# Transparenz wird magenta



## Lyras (29. Aug 2016)

Hallo, ihr da draußen.

Früher ( bzw. partiell noch heutzutage ) ist/war es ja gang und gäbe, dass man auf Tilesets oder einzelnen Texturen alle Pixel, die am Ende transparent sein sollten mit magenta ( Farbcode: 0xff00ff ) eingefärbt
	

	
	
		
		

		
			





 und diese am Ende rausgefiltert hat. Ich erstelle also gerade ein 2D-Spiel, das schon etwas größer sein sollte, weshalb die Einfärb-Methode vlt. nicht das beste/gängigste ist. Ich habe mich für meinen Code etwas an "Prelude of the Chambered (Ludum Dare 21)", unter anderem, was das Rendering-System anbelangt. Er hat also bei seinem Code ( welcher wohlgemerkt schon etwas älter ist ) auch diese oben beschriebene Einfärb-Methode genutzt. Da ich dies aber nicht haben will, versuche ich anstatt alle Pixel erst anzumalen, diese direkt transparent zu lassen.

Ich habe also eine "Test-PNG", welche einen Schriftzug und einen transparent Hintergrund enthält.




Wie man sehen kann, wird der Hintergrund geladen ( das Hellblaue ) und auch die Textur.

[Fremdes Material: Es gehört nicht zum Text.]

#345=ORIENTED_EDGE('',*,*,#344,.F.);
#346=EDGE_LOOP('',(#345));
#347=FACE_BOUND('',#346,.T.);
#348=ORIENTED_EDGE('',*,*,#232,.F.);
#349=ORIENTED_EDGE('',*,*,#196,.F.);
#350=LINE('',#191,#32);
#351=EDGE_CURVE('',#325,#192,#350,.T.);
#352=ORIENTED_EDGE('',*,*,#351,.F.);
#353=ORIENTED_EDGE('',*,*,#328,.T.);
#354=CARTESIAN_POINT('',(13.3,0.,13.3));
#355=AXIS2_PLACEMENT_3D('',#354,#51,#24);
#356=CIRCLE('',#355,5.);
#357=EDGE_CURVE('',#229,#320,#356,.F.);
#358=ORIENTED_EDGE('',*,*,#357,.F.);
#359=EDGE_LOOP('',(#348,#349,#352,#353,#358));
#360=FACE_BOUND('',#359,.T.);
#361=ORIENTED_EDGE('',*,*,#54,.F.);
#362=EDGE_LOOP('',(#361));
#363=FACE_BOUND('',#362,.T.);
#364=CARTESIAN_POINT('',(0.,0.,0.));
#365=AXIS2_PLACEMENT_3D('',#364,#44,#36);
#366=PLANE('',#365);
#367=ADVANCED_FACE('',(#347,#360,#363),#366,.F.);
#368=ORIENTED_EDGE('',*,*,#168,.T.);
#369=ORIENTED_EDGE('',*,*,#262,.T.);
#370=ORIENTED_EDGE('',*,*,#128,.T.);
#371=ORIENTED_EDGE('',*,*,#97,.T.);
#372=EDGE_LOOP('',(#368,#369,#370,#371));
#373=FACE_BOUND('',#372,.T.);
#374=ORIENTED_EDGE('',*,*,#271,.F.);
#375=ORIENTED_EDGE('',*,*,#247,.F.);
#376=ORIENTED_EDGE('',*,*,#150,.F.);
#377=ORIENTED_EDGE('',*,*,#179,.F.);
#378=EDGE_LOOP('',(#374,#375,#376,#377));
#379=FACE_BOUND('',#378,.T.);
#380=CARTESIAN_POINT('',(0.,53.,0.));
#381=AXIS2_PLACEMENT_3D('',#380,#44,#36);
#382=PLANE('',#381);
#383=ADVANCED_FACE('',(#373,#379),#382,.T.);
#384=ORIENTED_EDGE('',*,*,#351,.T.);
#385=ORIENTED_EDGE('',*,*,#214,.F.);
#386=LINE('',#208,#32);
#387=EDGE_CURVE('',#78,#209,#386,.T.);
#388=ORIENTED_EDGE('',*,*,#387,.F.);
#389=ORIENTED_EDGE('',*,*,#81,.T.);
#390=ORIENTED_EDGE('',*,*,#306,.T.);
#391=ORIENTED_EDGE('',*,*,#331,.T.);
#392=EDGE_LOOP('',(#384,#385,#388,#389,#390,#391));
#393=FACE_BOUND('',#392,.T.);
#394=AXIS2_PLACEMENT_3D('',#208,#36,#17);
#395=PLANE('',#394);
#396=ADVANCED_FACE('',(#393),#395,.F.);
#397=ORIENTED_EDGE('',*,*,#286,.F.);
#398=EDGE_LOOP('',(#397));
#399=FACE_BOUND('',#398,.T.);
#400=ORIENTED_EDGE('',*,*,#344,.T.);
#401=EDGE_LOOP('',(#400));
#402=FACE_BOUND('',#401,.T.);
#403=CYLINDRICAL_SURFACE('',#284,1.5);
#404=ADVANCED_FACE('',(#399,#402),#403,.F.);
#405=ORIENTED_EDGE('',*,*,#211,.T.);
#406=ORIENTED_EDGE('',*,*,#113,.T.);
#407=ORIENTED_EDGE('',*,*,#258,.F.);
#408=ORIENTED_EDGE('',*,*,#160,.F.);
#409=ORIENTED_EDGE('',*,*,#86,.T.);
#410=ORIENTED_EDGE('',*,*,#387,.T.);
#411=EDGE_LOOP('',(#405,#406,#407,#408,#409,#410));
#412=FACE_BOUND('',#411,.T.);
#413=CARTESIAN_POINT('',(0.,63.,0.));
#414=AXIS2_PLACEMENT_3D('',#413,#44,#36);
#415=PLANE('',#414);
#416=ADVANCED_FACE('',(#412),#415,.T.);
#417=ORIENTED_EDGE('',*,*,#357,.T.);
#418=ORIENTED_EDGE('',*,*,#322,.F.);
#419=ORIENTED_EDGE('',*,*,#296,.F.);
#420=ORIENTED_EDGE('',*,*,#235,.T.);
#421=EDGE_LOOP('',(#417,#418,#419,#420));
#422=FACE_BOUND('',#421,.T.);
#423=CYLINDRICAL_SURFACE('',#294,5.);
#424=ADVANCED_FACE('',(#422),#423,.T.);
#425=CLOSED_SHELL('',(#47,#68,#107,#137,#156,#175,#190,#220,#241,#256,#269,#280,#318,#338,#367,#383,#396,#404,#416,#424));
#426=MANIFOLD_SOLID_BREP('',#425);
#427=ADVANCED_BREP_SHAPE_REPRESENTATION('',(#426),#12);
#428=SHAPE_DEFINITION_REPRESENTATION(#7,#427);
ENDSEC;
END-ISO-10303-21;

Obwohl
die Textur transparent ist und *BufferedImage.getRGB( x , y ) TYPE_INT_ARGB *als Standard-Color-Model besitzt, werden die eigentlich transparenten Pixel magenta dargestellt.

Nebensache: Sobald ich in der Main den Typ des BufferedImages, das auf den Canvas geladen wird von TYPE_INT_RGB auf TYPE_INT_ARGB umstelle kommt das hier raus:




Jetzt wird zwar die Transparenz meines Bildes übernommen, aber der Hintergrund ist nun grau.

Wie kann ich das ganze nun lösen?
Danke schonmal im Voraus!

MFG ~Lyras


----------



## Major_Sauce (29. Aug 2016)

Ich kann dir gerade leider nicht direkt weiterhelfen, da ich mir das erstmal genauer anschauen müsste, dazu bin ich gerade aber ein wenig zu viel im Stress.
Eine Frage habe ich dennoch, benötigst du denn überhaupt die Transparenz ?
Wenn du nur mit AWT oder Swing arbeitest, dann solltest du dir das ganze mit der Transparenz nochmal durch den Kopf gehen lassen da die Performance dadurch (ne nach Anwendung) ziemlich beeinträchtigt werden kann.
Ich muss sagen die Pink-zu-Transparent Methode ist blei "kleineren" games immer noch üblich, zumindest keine Engine dahinter steckt oder du anfängst mir OpenGL-Bindings rumzuspielen.

mfg Major


----------



## Lyras (30. Aug 2016)

Die Transparenz ist nicht unbedingt wichtig, aber sie ist angenehmer als das Einfärben. Desweiteren kann man das Magenta noch zum Texturieren nutzen.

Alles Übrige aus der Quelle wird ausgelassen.